## SUPPLIED DATA
>>>

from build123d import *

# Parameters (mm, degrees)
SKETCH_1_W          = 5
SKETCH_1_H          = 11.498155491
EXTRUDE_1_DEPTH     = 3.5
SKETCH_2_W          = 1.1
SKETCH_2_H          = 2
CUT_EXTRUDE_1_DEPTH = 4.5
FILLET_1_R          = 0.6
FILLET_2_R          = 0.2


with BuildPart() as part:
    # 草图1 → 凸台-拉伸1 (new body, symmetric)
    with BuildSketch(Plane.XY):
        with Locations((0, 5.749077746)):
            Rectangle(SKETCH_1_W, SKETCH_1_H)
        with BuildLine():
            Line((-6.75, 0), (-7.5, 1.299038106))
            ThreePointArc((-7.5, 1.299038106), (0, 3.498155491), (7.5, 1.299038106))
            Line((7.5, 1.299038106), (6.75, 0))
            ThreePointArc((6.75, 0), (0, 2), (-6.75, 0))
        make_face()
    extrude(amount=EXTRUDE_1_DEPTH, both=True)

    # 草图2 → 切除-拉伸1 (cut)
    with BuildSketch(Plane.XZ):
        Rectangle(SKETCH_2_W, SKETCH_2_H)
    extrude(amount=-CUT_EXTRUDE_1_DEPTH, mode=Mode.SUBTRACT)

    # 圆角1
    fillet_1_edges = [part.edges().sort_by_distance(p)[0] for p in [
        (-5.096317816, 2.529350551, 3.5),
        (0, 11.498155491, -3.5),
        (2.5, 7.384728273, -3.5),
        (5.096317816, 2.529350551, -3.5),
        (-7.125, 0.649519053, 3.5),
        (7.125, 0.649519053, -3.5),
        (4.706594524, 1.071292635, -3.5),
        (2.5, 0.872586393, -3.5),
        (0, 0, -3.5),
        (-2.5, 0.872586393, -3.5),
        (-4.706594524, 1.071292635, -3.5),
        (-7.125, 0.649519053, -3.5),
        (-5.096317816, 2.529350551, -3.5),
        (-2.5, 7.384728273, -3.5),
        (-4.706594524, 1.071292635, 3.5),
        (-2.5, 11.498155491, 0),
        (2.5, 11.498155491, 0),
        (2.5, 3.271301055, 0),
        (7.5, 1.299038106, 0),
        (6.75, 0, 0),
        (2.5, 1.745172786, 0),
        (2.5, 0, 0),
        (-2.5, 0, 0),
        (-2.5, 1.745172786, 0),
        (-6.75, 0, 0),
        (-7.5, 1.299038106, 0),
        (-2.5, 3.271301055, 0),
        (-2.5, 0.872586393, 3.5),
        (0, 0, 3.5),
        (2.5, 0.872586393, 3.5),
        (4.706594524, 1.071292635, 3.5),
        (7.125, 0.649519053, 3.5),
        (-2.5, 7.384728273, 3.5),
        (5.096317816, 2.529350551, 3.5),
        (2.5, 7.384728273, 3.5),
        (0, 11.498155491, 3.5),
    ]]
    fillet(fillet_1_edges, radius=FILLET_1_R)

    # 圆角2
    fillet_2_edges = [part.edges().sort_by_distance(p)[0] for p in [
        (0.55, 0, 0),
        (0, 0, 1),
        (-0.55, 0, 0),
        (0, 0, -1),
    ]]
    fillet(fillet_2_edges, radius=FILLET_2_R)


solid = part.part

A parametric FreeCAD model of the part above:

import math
import FreeCAD as App
import Part
import Sketcher
Q = App.Units.Quantity


def edges_at(feature, points):
    """Names of the edges that pass closest to the given points."""
    edges = feature.Shape.Edges
    near = lambda p: min(range(len(edges)), key=lambda i: edges[i].distToShape(Part.Vertex(*p))[0])
    return sorted({f"Edge{near(p) + 1}" for p in points})


def add_polygon(sketch, points):
    """Adds a closed chain of lines whose ends are joined by coincident constraints."""
    first, n = sketch.GeometryCount, len(points)
    for a, b in zip(points, points[1:] + points[:1]):
        sketch.addGeometry(Part.LineSegment(App.Vector(*a, 0), App.Vector(*b, 0)), False)
    for i in range(n):
        sketch.addConstraint(Sketcher.Constraint("Coincident", first + i, 2, first + (i + 1) % n, 1))

doc = App.newDocument("Part")
body = doc.addObject("PartDesign::Body", "Body")

# Sketch on XY plane
sketch1 = doc.addObject("Sketcher::SketchObject", "Sketch")
body.addObject(sketch1)
sketch1.AttachmentSupport = (doc.XY_Plane, [""])
sketch1.MapMode = "FlatFace"
sketch1.addGeometry(Part.LineSegment(App.Vector(-2.5, 1.7, 0), App.Vector(-2.5, 0, 0)), False)
sketch1.addGeometry(Part.LineSegment(App.Vector(-2.5, 0, 0), App.Vector(2.5, 0, 0)), False)
sketch1.addGeometry(Part.LineSegment(App.Vector(2.5, 0, 0), App.Vector(2.5, 1.7, 0)), False)
sketch1.addGeometry(Part.ArcOfCircle(Part.Circle(App.Vector(0, -10.4, 0), App.Vector(0, 0, 1), 12.4), math.radians(57), math.radians(78)), False)
sketch1.addGeometry(Part.LineSegment(App.Vector(6.8, 0, 0), App.Vector(7.5, 1.3, 0)), False)
sketch1.addGeometry(Part.ArcOfCircle(Part.Circle(App.Vector(0, -10.4, 0), App.Vector(0, 0, 1), 13.9), math.radians(57), math.radians(80)), False)
sketch1.addGeometry(Part.LineSegment(App.Vector(2.5, 3.3, 0), App.Vector(2.5, 11.5, 0)), False)
sketch1.addGeometry(Part.LineSegment(App.Vector(2.5, 11.5, 0), App.Vector(-2.5, 11.5, 0)), False)
sketch1.addGeometry(Part.LineSegment(App.Vector(-2.5, 11.5, 0), App.Vector(-2.5, 3.3, 0)), False)
sketch1.addGeometry(Part.ArcOfCircle(Part.Circle(App.Vector(0, -10.4, 0), App.Vector(0, 0, 1), 13.9), math.radians(100), math.radians(123)), False)
sketch1.addGeometry(Part.LineSegment(App.Vector(-7.5, 1.3, 0), App.Vector(-6.8, 0, 0)), False)
sketch1.addGeometry(Part.ArcOfCircle(Part.Circle(App.Vector(0, -10.4, 0), App.Vector(0, 0, 1), 12.4), math.radians(102), math.radians(123)), False)
sketch1.addConstraint(Sketcher.Constraint("Coincident", 0, 2, 1, 1))
sketch1.addConstraint(Sketcher.Constraint("Coincident", 1, 2, 2, 1))
sketch1.addConstraint(Sketcher.Constraint("Coincident", 2, 2, 3, 2))
sketch1.addConstraint(Sketcher.Constraint("Coincident", 3, 1, 4, 1))
sketch1.addConstraint(Sketcher.Constraint("Coincident", 4, 2, 5, 1))
sketch1.addConstraint(Sketcher.Constraint("Coincident", 5, 2, 6, 1))
sketch1.addConstraint(Sketcher.Constraint("Coincident", 6, 2, 7, 1))
sketch1.addConstraint(Sketcher.Constraint("Coincident", 7, 2, 8, 1))
sketch1.addConstraint(Sketcher.Constraint("Coincident", 8, 2, 9, 1))
sketch1.addConstraint(Sketcher.Constraint("Coincident", 9, 2, 10, 1))
sketch1.addConstraint(Sketcher.Constraint("Coincident", 10, 2, 11, 2))
sketch1.addConstraint(Sketcher.Constraint("Coincident", 11, 1, 0, 1))
sketch1.addConstraint(Sketcher.Constraint("Vertical", 0))
sketch1.addConstraint(Sketcher.Constraint("Horizontal", 1))
sketch1.addConstraint(Sketcher.Constraint("Vertical", 2))
sketch1.addConstraint(Sketcher.Constraint("Vertical", 6))
sketch1.addConstraint(Sketcher.Constraint("Horizontal", 7))
sketch1.addConstraint(Sketcher.Constraint("Vertical", 8))
sketch1.addConstraint(Sketcher.Constraint("Coincident", 5, 3, 3, 3))
sketch1.addConstraint(Sketcher.Constraint("Coincident", 9, 3, 3, 3))
sketch1.addConstraint(Sketcher.Constraint("Coincident", 11, 3, 3, 3))
sketch1.addConstraint(Sketcher.Constraint("Equal", 5, 9))
sketch1.addConstraint(Sketcher.Constraint("Equal", 3, 11))
sketch1.addConstraint(Sketcher.Constraint("Symmetric", 0, 2, 1, 2, -1, 1))
sketch1.addConstraint(Sketcher.Constraint("Symmetric", 3, 1, 10, 2, -1, 1))
sketch1.addConstraint(Sketcher.Constraint("Symmetric", 5, 2, 8, 2, -2))
sketch1.addConstraint(Sketcher.Constraint("Horizontal", 4, 2, 9, 2))
sketch1.addConstraint(Sketcher.Constraint("Vertical", 2, 2, 5, 2))
sketch1.addConstraint(Sketcher.Constraint("DistanceX", 1, 1, 1, 2, 5.0))
sketch1.addConstraint(Sketcher.Constraint("Angle", 4, Q("60 deg")))
sketch1.addConstraint(Sketcher.Constraint("DistanceX", 2, 2, 4, 2, 5.0))
sketch1.addConstraint(Sketcher.Constraint("Distance", 4, 1.5))
sketch1.addConstraint(Sketcher.Constraint("Radius", 5, 13.88878))
sketch1.addConstraint(Sketcher.Constraint("DistanceY", 6, 1, 6, 2, 8.226854))
pad1 = doc.addObject("PartDesign::Pad", "Pad")
body.addObject(pad1)
pad1.Profile = sketch1
pad1.Length = 7
pad1.Midplane = True

# Sketch on XZ plane
sketch2 = doc.addObject("Sketcher::SketchObject", "Sketch001")
body.addObject(sketch2)
sketch2.AttachmentSupport = (doc.XZ_Plane, [""])
sketch2.MapMode = "FlatFace"
add_polygon(sketch2, [(-0.6, 1), (-0.6, -1), (0.6, -1), (0.6, 1)])  # lines 0-3
sketch2.addConstraint(Sketcher.Constraint("Vertical", 0))
sketch2.addConstraint(Sketcher.Constraint("Horizontal", 1))
sketch2.addConstraint(Sketcher.Constraint("Vertical", 2))
sketch2.addConstraint(Sketcher.Constraint("Horizontal", 3))
sketch2.addConstraint(Sketcher.Constraint("Symmetric", 0, 2, 2, 2, -1, 1))
sketch2.addConstraint(Sketcher.Constraint("DistanceY", 0, 2, 0, 1, 2.0))
sketch2.addConstraint(Sketcher.Constraint("DistanceX", 1, 1, 1, 2, 1.1))
pocket1 = doc.addObject("PartDesign::Pocket", "Pocket")
body.addObject(pocket1)
pocket1.Profile = sketch2
pocket1.Length = 4.5
doc.recompute()

fillet = doc.addObject("PartDesign::Fillet", "Fillet")
body.addObject(fillet)
fillet.Base = (pocket1, edges_at(pocket1, [
    (-5.096, 2.529, 3.5),
    (0, 11.498, -3.5),
    (2.5, 7.385, -3.5),
    (5.096, 2.529, -3.5),
    (-7.125, 0.65, 3.5),
    (7.125, 0.65, -3.5),
    (4.707, 1.071, -3.5),
    (2.5, 0.873, -3.5),
    (0, 0, -3.5),
    (-2.5, 0.873, -3.5),
    (-4.707, 1.071, -3.5),
    (-7.125, 0.65, -3.5),
    (-5.096, 2.529, -3.5),
    (-2.5, 7.385, -3.5),
    (-4.707, 1.071, 3.5),
    (-2.5, 11.498, 0),
    (2.5, 11.498, 0),
    (2.5, 3.271, 0),
    (7.5, 1.299, 0),
    (6.75, 0, 0),
    (2.5, 1.745, 0),
    (2.5, 0, 0),
    (-2.5, 0, 0),
    (-2.5, 1.745, 0),
    (-6.75, 0, 0),
    (-7.5, 1.299, 0),
    (-2.5, 3.271, 0),
    (-2.5, 0.873, 3.5),
    (0, 0, 3.5),
    (2.5, 0.873, 3.5),
    (4.707, 1.071, 3.5),
    (7.125, 0.65, 3.5),
    (-2.5, 7.385, 3.5),
    (5.096, 2.529, 3.5),
    (2.5, 7.385, 3.5),
    (0, 11.498, 3.5),
]))
fillet.Radius = 0.6
doc.recompute()

fillet2 = doc.addObject("PartDesign::Fillet", "Fillet001")
body.addObject(fillet2)
fillet2.Base = (fillet, edges_at(fillet, [
    (0.55, 0, 0),
    (0, 0, 1),
    (-0.55, 0, 0),
    (0, 0, -1),
]))
fillet2.Radius = 0.2

doc.recompute()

<<<

What lines above mention "with"? Copy each one.

with BuildPart() as part:
    with BuildSketch(Plane.XY):
        with Locations((0, 5.749077746)):
        with BuildLine():
    with BuildSketch(Plane.XZ):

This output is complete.